**Instructions to follow**: Starting with the line containing "e11 v2 v7 LINE" and going on through the line containing "Rebuilt in FreeCAD, every", return the lines of the data below exactly, and only those.

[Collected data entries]
□ □ □ □
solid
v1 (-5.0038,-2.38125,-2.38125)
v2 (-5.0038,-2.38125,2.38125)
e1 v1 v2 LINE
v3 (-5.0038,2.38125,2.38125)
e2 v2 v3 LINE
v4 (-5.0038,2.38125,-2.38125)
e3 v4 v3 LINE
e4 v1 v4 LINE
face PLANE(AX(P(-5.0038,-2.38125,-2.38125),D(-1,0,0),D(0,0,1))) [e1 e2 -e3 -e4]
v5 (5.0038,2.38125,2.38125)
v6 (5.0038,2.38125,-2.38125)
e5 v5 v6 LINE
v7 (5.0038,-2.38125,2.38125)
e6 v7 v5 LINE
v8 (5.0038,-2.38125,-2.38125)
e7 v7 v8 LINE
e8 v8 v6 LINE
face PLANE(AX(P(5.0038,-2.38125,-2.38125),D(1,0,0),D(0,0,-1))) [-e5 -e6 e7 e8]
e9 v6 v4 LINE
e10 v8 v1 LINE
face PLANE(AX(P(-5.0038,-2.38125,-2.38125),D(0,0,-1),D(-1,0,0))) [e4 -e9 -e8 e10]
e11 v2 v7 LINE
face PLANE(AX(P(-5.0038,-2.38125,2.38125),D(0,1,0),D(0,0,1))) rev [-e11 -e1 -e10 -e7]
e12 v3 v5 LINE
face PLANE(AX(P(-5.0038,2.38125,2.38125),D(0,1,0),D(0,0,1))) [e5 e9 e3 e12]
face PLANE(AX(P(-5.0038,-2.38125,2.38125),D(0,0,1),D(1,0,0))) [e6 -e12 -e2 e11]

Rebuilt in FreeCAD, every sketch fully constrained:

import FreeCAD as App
import Part
import Sketcher
from FreeCAD import Vector
Q = App.Units.Quantity

doc = App.newDocument("Part")
body = doc.addObject("PartDesign::Body", "Body")

sketch1 = doc.addObject("Sketcher::SketchObject", "Sketch")
body.addObject(sketch1)
sketch1.AttachmentSupport = (doc.XZ_Plane, [""])
sketch1.MapMode = "FlatFace"
sketch1.addGeometry(Part.LineSegment(Vector(-5.0038, -2.38125, 0), Vector(-5.0038, 2.38125, 0)), False)
sketch1.addGeometry(Part.LineSegment(Vector(-5.0038, 2.38125, 0), Vector(5.0038, 2.38125, 0)), False)
sketch1.addGeometry(Part.LineSegment(Vector(5.0038, 2.38125, 0), Vector(5.0038, -2.38125, 0)), False)
sketch1.addGeometry(Part.LineSegment(Vector(5.0038, -2.38125, 0), Vector(-5.0038, -2.38125, 0)), False)
sketch1.addConstraint(Sketcher.Constraint("Coincident", 0, 2, 1, 1))
sketch1.addConstraint(Sketcher.Constraint("Coincident", 1, 2, 2, 1))
sketch1.addConstraint(Sketcher.Constraint("Coincident", 2, 2, 3, 1))
sketch1.addConstraint(Sketcher.Constraint("Coincident", 3, 2, 0, 1))
sketch1.addConstraint(Sketcher.Constraint("Vertical", 0))
sketch1.addConstraint(Sketcher.Constraint("Horizontal", 1))
sketch1.addConstraint(Sketcher.Constraint("Vertical", 2))
sketch1.addConstraint(Sketcher.Constraint("Horizontal", 3))
sketch1.addConstraint(Sketcher.Constraint("Symmetric", 0, 2, 2, 2, -1, 1))
sketch1.addConstraint(Sketcher.Constraint("DistanceX", 1, 1, 1, 2, Q("0.394 in")))
sketch1.addConstraint(Sketcher.Constraint("DistanceY", 0, 1, 0, 2, Q("0.1875 in")))
pad1 = doc.addObject("PartDesign::Pad", "Pad")
body.addObject(pad1)
pad1.Profile = sketch1
pad1.Type = "TwoLengths"
pad1.Length = Q("0.09375 in")
pad1.Length2 = Q("0.09375 in")
pad1.Reversed = True

doc.recompute()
□ □ □ □
**Answer section**:
e11 v2 v7 LINE
face PLANE(AX(P(-5.0038,-2.38125,2.38125),D(0,1,0),D(0,0,1))) rev [-e11 -e1 -e10 -e7]
e12 v3 v5 LINE
face PLANE(AX(P(-5.0038,2.38125,2.38125),D(0,1,0),D(0,0,1))) [e5 e9 e3 e12]
face PLANE(AX(P(-5.0038,-2.38125,2.38125),D(0,0,1),D(1,0,0))) [e6 -e12 -e2 e11]

Rebuilt in FreeCAD, every sketch fully constrained:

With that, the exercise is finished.